Mayo Clinic Proceedings: Digital Health (Jun 2024)

Inherent Bias in Large Language Models: A Random Sampling Analysis

  • Noel F. Ayoub, MD, MBA,
  • Karthik Balakrishnan, MD, MPH,
  • Marc S. Ayoub, MD,
  • Thomas F. Barrett, MD,
  • Abel P. David, MD,
  • Stacey T. Gray, MD

Journal volume & issue
Vol. 2, no. 2
pp. 186 – 191

Abstract

Read online

There are mounting concerns regarding inherent bias, safety, and tendency toward misinformation of large language models (LLMs), which could have significant implications in health care. This study sought to determine whether generative artificial intelligence (AI)-based simulations of physicians making life-and-death decisions in a resource-scarce environment would demonstrate bias. Thirteen questions were developed that simulated physicians treating patients in resource-limited environments. Through a random sampling of simulated physicians using OpenAI’s generative pretrained transformer (GPT-4), physicians were tasked with choosing only 1 patient to save owing to limited resources.
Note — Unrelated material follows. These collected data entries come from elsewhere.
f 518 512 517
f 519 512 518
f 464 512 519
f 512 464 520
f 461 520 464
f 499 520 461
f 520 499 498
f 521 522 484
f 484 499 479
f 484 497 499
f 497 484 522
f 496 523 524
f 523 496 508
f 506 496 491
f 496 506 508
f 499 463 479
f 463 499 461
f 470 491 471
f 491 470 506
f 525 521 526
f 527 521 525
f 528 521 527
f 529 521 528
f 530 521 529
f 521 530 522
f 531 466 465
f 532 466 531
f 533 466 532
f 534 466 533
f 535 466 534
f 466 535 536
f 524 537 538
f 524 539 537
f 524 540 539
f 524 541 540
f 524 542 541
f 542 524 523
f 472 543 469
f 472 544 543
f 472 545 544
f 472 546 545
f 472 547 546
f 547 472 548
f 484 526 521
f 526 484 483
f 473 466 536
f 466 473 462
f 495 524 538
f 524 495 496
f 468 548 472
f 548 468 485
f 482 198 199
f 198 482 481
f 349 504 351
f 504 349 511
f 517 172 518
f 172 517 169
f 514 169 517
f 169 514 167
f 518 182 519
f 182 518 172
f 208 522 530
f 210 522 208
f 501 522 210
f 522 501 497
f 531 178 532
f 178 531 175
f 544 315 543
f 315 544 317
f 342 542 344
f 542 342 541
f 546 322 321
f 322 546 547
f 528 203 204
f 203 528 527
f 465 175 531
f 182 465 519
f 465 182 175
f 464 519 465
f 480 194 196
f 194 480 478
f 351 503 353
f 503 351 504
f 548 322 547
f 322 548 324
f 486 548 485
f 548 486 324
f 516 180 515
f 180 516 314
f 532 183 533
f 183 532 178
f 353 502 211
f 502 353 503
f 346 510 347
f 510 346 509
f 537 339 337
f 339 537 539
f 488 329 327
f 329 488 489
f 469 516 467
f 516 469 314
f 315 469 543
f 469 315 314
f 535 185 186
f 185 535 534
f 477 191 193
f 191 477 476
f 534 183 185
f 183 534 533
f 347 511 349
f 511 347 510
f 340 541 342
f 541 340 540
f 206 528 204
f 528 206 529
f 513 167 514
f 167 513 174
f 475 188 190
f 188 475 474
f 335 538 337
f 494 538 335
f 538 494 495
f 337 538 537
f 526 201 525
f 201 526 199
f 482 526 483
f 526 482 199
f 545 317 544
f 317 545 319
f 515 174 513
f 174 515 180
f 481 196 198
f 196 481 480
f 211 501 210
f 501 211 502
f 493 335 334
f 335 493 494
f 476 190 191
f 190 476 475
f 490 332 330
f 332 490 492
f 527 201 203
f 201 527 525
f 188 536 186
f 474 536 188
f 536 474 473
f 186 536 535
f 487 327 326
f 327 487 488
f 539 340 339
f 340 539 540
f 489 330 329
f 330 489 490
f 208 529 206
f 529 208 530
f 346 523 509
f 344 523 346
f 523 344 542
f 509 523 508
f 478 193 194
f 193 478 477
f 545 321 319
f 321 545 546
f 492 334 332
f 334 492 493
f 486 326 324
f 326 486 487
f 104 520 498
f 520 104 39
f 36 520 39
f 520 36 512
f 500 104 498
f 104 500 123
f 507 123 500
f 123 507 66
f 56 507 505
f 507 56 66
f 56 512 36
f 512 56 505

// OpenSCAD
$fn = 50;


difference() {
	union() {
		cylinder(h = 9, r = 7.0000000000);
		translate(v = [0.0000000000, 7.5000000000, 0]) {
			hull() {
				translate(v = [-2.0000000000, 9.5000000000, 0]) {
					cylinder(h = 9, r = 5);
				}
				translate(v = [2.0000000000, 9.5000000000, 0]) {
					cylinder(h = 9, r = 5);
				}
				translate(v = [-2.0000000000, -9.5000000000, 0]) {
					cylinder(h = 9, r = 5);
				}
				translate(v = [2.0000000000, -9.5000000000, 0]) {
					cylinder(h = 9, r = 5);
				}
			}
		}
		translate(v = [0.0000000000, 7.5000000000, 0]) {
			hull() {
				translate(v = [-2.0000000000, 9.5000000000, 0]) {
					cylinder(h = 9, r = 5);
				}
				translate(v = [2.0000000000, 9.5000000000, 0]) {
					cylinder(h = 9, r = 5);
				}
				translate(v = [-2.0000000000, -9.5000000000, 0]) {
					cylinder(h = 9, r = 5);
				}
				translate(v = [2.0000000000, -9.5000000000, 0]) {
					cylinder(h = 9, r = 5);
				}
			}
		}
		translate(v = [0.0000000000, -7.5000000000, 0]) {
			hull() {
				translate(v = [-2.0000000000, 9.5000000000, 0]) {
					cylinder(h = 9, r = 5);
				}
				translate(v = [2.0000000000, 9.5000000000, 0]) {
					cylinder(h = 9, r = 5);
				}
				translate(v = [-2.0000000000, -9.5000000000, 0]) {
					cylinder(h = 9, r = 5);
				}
This simulation was repeated 1000 times per question, representing 1000 unique physicians and patients each. Patients and physicians spanned a variety of demographic characteristics. All patients had similar a priori likelihood of surviving the acute illness. Overall, simulated physicians consistently demonstrated racial, gender, age, political affiliation, and sexual orientation bias in clinical decision-making. Across all demographic characteristics, physicians most frequently favored patients with similar demographic characteristics as themselves, with most pairwise comparisons showing statistical significance (P<.05). Nondescript physicians favored White, male, and young demographic characteristics. The male doctor gravitated toward the male, White, and young, whereas the female doctor typically preferred female, young, and White patients. In addition to saving patients with their own political affiliation, Democratic physicians favored Black and female patients, whereas Republicans preferred White and male demographic characteristics. Heterosexual and gay/lesbian physicians frequently saved patients of similar sexual orientation. Overall, publicly available chatbot LLMs demonstrate significant biases, which may negatively impact patient outcomes if used to support clinical care decisions without appropriate precautions.